**TRY IT:** Everything from the top of the data below through the line with "v 21.762 0 9.148" should be duplicated exactly, and nothing past it.
──────── ENTRIES PROVIDED ────────
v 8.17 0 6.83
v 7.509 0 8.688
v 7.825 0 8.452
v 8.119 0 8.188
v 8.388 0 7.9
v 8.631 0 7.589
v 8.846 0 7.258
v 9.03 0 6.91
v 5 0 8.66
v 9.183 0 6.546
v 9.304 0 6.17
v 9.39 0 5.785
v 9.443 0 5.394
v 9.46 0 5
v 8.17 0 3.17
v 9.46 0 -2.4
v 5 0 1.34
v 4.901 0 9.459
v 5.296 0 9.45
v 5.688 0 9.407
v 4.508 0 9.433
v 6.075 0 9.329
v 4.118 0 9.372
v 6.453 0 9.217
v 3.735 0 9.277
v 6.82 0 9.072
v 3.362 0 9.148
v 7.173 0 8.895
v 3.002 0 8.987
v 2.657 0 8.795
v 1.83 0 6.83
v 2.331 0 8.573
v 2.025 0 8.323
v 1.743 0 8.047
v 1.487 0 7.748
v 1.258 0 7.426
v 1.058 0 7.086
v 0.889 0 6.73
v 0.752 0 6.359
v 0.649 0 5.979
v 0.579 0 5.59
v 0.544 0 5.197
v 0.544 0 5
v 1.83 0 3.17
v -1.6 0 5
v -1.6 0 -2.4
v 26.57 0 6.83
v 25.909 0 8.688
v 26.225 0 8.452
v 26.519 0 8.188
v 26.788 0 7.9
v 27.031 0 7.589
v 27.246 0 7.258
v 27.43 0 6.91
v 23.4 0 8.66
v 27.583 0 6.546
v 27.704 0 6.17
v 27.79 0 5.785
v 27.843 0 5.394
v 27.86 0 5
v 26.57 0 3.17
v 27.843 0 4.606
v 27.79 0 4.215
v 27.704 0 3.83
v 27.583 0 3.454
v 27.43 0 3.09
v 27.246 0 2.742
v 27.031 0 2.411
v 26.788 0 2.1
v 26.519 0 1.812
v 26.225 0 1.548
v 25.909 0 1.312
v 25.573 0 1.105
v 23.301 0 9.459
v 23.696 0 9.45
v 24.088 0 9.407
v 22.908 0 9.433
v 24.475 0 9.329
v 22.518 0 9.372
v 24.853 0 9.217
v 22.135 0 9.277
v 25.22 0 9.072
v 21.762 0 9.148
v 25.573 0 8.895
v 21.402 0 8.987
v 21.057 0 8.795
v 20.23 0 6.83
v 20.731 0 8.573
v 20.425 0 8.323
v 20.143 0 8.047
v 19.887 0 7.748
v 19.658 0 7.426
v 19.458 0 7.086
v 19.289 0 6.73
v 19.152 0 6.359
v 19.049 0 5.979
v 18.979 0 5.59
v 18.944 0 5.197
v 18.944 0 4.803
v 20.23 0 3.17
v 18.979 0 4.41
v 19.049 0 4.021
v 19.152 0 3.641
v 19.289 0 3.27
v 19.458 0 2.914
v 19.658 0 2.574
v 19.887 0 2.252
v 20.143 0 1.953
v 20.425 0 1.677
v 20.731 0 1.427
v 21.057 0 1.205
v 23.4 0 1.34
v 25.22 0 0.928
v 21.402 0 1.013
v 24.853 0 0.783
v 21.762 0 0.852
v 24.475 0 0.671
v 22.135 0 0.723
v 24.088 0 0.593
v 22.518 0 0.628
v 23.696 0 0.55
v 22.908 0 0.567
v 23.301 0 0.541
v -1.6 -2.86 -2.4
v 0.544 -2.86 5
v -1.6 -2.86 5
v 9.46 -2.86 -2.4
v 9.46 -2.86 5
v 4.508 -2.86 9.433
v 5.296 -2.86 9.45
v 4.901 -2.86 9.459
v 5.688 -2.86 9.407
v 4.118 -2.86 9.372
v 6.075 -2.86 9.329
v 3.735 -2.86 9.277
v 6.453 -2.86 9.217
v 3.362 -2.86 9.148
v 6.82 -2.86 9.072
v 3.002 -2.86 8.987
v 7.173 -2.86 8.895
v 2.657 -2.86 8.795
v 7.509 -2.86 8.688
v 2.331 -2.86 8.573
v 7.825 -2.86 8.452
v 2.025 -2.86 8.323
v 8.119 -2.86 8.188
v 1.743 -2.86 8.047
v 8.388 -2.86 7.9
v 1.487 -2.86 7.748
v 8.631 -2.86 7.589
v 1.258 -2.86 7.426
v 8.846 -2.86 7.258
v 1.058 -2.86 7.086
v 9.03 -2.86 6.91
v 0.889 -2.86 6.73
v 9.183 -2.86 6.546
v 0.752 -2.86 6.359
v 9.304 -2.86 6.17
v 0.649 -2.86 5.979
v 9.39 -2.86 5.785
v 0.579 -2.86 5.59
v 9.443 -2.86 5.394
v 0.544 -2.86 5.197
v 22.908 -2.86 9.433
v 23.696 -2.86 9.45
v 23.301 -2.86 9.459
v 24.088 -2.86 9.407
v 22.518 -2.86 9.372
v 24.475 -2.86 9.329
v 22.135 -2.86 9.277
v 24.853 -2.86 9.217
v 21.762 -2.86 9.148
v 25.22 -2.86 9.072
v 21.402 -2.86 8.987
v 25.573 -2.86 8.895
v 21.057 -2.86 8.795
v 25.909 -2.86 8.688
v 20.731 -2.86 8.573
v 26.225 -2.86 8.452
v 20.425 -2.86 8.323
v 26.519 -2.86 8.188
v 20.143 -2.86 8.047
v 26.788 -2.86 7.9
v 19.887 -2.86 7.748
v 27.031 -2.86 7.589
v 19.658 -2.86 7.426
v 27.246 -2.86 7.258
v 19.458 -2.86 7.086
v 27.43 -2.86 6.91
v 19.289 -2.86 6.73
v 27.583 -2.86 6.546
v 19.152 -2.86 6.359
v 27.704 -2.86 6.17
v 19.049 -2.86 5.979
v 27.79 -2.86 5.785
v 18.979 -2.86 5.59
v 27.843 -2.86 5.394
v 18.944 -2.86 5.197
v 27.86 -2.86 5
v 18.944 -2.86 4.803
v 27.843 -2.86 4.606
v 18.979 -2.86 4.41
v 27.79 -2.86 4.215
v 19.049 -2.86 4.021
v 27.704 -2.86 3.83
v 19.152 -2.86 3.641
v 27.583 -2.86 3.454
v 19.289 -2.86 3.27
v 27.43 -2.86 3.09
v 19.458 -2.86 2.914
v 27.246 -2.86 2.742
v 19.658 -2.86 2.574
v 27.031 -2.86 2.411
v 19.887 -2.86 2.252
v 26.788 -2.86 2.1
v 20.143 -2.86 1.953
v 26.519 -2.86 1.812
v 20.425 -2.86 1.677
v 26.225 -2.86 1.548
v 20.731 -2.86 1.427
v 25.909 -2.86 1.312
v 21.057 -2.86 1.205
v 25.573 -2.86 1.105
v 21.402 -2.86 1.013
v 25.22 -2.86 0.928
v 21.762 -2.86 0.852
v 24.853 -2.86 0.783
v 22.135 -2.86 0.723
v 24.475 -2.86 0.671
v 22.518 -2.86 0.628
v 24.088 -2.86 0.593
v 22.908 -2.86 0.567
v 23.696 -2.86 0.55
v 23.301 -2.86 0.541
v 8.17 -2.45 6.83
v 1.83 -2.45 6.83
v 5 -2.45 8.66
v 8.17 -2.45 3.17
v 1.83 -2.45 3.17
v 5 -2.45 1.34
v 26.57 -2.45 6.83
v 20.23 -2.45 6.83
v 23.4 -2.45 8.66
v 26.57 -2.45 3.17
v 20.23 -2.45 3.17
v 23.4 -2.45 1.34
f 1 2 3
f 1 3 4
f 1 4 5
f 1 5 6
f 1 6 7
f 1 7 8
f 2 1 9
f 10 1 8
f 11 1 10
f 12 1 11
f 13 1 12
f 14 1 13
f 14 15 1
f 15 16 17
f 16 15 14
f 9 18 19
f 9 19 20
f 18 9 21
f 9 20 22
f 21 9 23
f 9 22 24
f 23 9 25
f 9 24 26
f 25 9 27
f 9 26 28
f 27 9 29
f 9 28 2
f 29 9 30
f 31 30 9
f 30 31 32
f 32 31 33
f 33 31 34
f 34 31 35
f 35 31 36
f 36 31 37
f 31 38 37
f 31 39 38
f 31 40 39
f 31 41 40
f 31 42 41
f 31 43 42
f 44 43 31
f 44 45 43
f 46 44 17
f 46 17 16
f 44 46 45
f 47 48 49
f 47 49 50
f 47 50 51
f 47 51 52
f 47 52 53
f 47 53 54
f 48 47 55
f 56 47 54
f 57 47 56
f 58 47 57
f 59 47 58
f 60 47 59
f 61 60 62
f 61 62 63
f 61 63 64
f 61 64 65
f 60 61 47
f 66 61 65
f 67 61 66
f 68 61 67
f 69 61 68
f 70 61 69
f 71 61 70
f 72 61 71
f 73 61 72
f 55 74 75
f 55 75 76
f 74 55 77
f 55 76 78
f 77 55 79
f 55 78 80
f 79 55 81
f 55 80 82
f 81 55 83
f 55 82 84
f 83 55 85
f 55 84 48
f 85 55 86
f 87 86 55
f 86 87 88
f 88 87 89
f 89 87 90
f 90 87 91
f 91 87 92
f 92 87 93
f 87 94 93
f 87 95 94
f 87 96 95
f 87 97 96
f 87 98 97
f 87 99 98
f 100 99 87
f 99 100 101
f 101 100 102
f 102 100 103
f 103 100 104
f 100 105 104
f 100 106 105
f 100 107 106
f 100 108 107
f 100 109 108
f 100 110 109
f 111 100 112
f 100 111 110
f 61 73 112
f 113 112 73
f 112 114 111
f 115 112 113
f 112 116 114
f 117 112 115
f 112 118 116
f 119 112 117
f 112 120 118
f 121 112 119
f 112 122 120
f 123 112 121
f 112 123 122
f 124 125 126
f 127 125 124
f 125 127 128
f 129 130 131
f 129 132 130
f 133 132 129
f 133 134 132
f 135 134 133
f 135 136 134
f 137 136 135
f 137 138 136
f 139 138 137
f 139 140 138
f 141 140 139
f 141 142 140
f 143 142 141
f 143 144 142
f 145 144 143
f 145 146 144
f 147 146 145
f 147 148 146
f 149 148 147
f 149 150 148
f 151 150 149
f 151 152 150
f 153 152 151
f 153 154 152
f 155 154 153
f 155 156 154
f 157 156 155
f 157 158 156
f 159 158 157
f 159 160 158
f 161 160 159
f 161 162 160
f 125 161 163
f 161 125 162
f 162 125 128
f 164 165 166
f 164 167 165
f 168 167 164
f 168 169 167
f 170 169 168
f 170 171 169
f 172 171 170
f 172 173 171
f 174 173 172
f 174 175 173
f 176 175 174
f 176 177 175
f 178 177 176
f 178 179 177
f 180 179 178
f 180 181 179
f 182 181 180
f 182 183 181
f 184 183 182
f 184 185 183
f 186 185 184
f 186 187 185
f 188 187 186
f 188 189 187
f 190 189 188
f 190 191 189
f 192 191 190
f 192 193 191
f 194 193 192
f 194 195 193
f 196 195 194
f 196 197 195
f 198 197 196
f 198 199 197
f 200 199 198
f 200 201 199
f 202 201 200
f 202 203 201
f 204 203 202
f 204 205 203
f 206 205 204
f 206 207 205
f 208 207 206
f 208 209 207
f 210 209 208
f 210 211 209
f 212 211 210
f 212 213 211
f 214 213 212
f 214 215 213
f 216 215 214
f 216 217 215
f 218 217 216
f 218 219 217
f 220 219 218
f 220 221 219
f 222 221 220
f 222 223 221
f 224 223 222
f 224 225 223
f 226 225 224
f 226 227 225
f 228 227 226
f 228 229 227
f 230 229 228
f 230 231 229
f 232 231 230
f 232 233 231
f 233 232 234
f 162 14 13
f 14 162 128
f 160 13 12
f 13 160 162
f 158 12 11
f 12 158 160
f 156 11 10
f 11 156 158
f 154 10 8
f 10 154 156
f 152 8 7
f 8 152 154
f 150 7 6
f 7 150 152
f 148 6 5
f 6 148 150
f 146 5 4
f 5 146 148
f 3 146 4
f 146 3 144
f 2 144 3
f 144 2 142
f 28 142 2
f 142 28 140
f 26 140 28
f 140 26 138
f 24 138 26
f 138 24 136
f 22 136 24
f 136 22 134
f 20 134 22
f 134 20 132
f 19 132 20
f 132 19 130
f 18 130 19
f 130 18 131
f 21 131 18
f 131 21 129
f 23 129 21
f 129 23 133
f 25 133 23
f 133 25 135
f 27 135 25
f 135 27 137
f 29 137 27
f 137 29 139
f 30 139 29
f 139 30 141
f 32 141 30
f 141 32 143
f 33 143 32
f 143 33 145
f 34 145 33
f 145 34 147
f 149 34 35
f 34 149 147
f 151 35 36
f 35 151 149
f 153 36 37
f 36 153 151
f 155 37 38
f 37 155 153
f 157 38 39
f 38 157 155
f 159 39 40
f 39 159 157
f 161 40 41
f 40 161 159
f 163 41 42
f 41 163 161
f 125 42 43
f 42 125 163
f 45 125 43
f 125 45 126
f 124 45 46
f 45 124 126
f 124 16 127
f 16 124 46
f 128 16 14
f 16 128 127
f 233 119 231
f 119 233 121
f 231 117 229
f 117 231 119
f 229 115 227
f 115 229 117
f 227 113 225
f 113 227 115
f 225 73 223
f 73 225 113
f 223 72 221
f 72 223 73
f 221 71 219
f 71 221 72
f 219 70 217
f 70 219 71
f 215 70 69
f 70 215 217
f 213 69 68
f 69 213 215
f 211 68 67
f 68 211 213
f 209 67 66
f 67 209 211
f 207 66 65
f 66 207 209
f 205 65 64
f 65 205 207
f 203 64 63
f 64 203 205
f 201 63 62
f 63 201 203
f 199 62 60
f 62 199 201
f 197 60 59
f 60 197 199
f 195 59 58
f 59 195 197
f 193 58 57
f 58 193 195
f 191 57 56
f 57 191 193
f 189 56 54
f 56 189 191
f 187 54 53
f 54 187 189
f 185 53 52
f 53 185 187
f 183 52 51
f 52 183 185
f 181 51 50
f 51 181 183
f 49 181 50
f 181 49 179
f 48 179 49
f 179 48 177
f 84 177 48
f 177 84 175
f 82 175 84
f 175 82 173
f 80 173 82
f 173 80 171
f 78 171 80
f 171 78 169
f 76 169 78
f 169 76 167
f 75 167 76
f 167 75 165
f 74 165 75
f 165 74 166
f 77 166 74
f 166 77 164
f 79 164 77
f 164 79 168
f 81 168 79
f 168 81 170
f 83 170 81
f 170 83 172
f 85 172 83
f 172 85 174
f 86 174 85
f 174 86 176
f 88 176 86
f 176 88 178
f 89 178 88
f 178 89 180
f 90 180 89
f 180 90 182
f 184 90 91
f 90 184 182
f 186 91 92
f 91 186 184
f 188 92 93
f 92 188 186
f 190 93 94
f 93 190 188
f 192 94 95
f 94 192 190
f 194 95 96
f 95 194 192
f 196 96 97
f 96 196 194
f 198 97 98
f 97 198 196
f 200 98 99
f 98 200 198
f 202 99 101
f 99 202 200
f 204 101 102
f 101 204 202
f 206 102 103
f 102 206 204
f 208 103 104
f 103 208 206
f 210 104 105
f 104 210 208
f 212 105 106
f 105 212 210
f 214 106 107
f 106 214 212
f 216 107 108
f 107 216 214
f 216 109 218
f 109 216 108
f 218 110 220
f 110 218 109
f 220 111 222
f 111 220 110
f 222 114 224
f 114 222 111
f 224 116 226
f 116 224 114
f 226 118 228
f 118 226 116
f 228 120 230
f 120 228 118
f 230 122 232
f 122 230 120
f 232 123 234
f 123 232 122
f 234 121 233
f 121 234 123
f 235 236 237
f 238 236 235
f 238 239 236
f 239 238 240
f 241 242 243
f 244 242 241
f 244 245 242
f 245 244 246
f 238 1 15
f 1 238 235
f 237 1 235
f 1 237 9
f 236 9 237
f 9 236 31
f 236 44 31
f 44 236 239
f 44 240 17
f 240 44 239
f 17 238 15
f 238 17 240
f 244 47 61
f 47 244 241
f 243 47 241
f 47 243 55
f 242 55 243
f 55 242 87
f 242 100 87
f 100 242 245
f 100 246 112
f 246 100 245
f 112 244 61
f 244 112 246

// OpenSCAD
// Copyright (C) 2025 Arif K. Rafiq
// This program is free software: you can redistribute it and/or modify
// it under the terms of the GNU General Public License as published by
// the Free Software Foundation, either version 3 of the License, or
// (at your option) any later version.

// This program is distributed in the hope that it will be useful,
// but WITHOUT ANY WARRANTY; without even the implied warranty of
// MERCHANTABILITY or FITNESS FOR A PARTICULAR PURPOSE.  See the
// GNU General Public License for more details.

// You should have received a copy of the GNU General Public License
// along with this file.  If not, see <https://www.gnu.org/licenses/>,
// or write to: license@temperedoptimism.com


/* 
(b)readth       :(w)est (X-)   (c)enter (X0) (e)east (X+)
Vectors (v)     :(x), (y), (z)
Thicknesses (t) : Thicknesses to resolve 3D printer limits or rendering issues.
Proportion (p)  : container for grouping (r)adius and (i)ntensity into a singl 2d vector acccessed using .x and .y respectively
*/

// Fixed in example3.scad       // Set limits in customizer
/* [Thicknesses (x),(y),(z)] */
tFitGap = [0.16, 0.16, 0.16];   //[0.00:0.01:0.64] 
tWallMin = [0.40, 0.40, 0.16];  //[0.16:0.08:1.60] 
/* [Proportional (x):(Radius, (y):(i)ntensity] */
pHexSink = [3.5, 2.3];          //[0.10:0.02:20.00] 
/* [2D vectors (x), (y)] */
vTerminalW = [5.0, 5.0];        //[0.00:0.10:100] 
vTerminalE = [23.4, 5.0];       //[0.00:0.10:100] 
/* [Scalars] */
leadingEdge = 2.4; //[0.8:0.4:5.0]
flankEdge = 1.6; //[0.8:0.4:5.0]
bBoard = 28.4; //[20:0.1:100.0]
/* [Special ] */
fa0 = 4.0;     //[1:1:60]  
fs0 = 0.4;     //[0.1:0.1:4.0]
────────
**REPLY TO THE TASK:**
v 8.17 0 6.83
v 7.509 0 8.688
v 7.825 0 8.452
v 8.119 0 8.188
v 8.388 0 7.9
v 8.631 0 7.589
v 8.846 0 7.258
v 9.03 0 6.91
v 5 0 8.66
v 9.183 0 6.546
v 9.304 0 6.17
v 9.39 0 5.785
v 9.443 0 5.394
v 9.46 0 5
v 8.17 0 3.17
v 9.46 0 -2.4
v 5 0 1.34
v 4.901 0 9.459
v 5.296 0 9.45
v 5.688 0 9.407
v 4.508 0 9.433
v 6.075 0 9.329
v 4.118 0 9.372
v 6.453 0 9.217
v 3.735 0 9.277
v 6.82 0 9.072
v 3.362 0 9.148
v 7.173 0 8.895
v 3.002 0 8.987
v 2.657 0 8.795
v 1.83 0 6.83
v 2.331 0 8.573
v 2.025 0 8.323
v 1.743 0 8.047
v 1.487 0 7.748
v 1.258 0 7.426
v 1.058 0 7.086
v 0.889 0 6.73
v 0.752 0 6.359
v 0.649 0 5.979
v 0.579 0 5.59
v 0.544 0 5.197
v 0.544 0 5
v 1.83 0 3.17
v -1.6 0 5
v -1.6 0 -2.4
v 26.57 0 6.83
v 25.909 0 8.688
v 26.225 0 8.452
v 26.519 0 8.188
v 26.788 0 7.9
v 27.031 0 7.589
v 27.246 0 7.258
v 27.43 0 6.91
v 23.4 0 8.66
v 27.583 0 6.546
v 27.704 0 6.17
v 27.79 0 5.785
v 27.843 0 5.394
v 27.86 0 5
v 26.57 0 3.17
v 27.843 0 4.606
v 27.79 0 4.215
v 27.704 0 3.83
v 27.583 0 3.454
v 27.43 0 3.09
v 27.246 0 2.742
v 27.031 0 2.411
v 26.788 0 2.1
v 26.519 0 1.812
v 26.225 0 1.548
v 25.909 0 1.312
v 25.573 0 1.105
v 23.301 0 9.459
v 23.696 0 9.45
v 24.088 0 9.407
v 22.908 0 9.433
v 24.475 0 9.329
v 22.518 0 9.372
v 24.853 0 9.217
v 22.135 0 9.277
v 25.22 0 9.072
v 21.762 0 9.148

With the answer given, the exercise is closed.